[What the task asks] Find the line in the entries below that contains "#241=PLANE('',#240);". Repeat it exactly, and every line after it through the line that contains "#254=LINE('',#174,#104);".

[Given entries]

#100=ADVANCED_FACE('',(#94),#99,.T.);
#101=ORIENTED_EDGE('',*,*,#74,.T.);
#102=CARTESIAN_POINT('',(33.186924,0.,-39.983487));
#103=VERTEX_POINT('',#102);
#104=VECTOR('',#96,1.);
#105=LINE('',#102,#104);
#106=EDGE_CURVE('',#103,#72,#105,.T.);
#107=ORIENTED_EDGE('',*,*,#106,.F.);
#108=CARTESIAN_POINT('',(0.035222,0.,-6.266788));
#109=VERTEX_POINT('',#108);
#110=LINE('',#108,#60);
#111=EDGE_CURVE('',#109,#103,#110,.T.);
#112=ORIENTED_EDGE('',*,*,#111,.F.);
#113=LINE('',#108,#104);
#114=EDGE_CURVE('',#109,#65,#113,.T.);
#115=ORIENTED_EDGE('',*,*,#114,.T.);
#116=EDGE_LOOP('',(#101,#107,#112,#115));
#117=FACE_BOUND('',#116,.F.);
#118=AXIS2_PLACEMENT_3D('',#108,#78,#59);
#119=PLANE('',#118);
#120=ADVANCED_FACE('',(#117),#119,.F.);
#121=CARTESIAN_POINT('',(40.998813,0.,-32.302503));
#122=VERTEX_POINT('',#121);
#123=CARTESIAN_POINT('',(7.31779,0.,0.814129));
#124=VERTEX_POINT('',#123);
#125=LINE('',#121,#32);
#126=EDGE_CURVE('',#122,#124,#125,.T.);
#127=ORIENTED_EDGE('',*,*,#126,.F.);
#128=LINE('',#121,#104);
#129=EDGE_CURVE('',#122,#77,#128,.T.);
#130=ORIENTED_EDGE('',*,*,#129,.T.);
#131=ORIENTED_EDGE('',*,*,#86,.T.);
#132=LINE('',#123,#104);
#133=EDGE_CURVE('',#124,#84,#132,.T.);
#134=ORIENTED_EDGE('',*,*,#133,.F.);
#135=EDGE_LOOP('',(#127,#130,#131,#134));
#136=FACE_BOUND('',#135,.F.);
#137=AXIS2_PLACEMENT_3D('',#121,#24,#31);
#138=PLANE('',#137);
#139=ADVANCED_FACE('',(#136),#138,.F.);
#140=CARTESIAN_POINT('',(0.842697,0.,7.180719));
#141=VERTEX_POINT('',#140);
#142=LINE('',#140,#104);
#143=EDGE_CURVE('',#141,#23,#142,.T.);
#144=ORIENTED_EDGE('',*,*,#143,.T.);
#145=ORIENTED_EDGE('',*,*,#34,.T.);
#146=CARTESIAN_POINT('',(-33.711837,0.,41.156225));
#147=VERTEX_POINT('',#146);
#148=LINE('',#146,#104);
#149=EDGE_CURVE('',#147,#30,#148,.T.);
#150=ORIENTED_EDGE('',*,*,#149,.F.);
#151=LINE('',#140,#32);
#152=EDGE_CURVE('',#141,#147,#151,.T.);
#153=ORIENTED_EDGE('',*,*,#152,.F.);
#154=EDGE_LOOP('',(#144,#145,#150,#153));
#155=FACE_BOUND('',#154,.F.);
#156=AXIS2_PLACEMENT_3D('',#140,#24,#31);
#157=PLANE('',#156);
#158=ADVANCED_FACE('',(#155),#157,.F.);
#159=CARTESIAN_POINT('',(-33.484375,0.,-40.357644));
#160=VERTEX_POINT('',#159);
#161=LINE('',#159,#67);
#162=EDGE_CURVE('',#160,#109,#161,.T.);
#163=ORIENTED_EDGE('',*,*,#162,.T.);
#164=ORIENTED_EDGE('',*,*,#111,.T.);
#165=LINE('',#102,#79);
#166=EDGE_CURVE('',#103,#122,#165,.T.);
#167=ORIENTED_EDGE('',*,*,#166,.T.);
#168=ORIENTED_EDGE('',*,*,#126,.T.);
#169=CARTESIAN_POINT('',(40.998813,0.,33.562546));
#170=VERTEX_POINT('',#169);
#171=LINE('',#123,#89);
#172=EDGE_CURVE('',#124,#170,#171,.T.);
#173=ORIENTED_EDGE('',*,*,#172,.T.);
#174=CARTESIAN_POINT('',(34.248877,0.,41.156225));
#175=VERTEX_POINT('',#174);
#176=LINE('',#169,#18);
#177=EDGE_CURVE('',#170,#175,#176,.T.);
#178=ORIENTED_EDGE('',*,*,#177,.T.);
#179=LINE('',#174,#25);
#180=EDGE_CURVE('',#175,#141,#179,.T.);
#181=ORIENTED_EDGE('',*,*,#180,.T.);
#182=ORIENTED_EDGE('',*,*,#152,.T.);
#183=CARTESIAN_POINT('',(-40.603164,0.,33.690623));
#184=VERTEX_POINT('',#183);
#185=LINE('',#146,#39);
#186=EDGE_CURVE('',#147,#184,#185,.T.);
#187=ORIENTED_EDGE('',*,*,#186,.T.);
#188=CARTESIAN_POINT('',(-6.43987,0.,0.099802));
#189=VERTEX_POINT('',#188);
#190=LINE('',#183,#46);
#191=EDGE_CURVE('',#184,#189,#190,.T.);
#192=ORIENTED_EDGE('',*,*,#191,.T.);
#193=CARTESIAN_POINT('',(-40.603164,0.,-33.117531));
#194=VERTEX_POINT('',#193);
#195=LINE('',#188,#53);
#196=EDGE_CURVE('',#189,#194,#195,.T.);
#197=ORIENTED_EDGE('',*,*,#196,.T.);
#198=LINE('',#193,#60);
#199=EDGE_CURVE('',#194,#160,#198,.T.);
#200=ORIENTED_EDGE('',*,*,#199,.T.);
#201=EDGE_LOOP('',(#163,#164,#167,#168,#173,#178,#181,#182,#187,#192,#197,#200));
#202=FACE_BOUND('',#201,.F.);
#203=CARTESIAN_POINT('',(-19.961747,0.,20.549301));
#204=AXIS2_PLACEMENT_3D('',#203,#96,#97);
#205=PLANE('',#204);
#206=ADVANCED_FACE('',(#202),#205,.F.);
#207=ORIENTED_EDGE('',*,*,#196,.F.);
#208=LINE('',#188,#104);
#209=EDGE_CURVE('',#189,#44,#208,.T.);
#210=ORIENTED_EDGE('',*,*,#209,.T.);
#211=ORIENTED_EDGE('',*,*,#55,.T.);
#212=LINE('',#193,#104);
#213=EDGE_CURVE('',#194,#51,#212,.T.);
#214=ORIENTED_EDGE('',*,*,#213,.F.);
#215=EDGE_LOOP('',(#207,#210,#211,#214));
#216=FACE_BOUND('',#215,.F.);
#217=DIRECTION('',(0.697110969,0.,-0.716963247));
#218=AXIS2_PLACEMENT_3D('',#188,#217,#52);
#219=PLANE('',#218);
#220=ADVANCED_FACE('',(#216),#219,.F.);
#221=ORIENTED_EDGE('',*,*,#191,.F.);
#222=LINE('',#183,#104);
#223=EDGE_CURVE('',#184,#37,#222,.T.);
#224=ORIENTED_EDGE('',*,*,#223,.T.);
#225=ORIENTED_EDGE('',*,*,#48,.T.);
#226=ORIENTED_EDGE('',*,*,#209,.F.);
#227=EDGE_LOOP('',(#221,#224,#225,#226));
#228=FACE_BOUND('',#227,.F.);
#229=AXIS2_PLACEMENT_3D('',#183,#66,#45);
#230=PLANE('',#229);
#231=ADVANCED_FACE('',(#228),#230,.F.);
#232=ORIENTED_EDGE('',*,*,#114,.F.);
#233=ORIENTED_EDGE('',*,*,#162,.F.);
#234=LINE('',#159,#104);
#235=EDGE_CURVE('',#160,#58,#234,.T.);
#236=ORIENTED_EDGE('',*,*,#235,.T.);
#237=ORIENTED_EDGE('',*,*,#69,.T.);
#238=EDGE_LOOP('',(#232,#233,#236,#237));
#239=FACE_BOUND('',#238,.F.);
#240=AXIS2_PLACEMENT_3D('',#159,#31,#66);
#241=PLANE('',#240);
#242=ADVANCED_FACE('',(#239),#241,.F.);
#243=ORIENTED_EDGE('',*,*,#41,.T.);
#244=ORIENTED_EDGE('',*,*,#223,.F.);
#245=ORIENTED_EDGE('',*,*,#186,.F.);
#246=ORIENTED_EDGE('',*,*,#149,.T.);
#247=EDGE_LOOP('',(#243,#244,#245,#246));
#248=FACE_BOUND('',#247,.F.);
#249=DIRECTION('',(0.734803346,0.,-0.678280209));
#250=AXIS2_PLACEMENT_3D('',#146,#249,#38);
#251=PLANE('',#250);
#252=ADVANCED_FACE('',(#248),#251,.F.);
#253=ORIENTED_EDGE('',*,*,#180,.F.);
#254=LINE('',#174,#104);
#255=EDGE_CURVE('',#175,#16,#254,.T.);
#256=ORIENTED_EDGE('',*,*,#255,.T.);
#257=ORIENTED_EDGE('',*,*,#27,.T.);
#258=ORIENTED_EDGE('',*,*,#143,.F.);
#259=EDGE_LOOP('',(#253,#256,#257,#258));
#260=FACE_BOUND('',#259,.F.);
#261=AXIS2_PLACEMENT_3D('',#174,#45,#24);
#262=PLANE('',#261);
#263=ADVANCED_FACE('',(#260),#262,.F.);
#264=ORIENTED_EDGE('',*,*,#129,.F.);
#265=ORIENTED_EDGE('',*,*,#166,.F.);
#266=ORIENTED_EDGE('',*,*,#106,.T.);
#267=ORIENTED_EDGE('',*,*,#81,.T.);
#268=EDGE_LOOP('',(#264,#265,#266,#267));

[Answer to this exercise]
#241=PLANE('',#240);
#242=ADVANCED_FACE('',(#239),#241,.F.);
#243=ORIENTED_EDGE('',*,*,#41,.T.);
#244=ORIENTED_EDGE('',*,*,#223,.F.);
#245=ORIENTED_EDGE('',*,*,#186,.F.);
#246=ORIENTED_EDGE('',*,*,#149,.T.);
#247=EDGE_LOOP('',(#243,#244,#245,#246));
#248=FACE_BOUND('',#247,.F.);
#249=DIRECTION('',(0.734803346,0.,-0.678280209));
#250=AXIS2_PLACEMENT_3D('',#146,#249,#38);
#251=PLANE('',#250);
#252=ADVANCED_FACE('',(#248),#251,.F.);
#253=ORIENTED_EDGE('',*,*,#180,.F.);
#254=LINE('',#174,#104);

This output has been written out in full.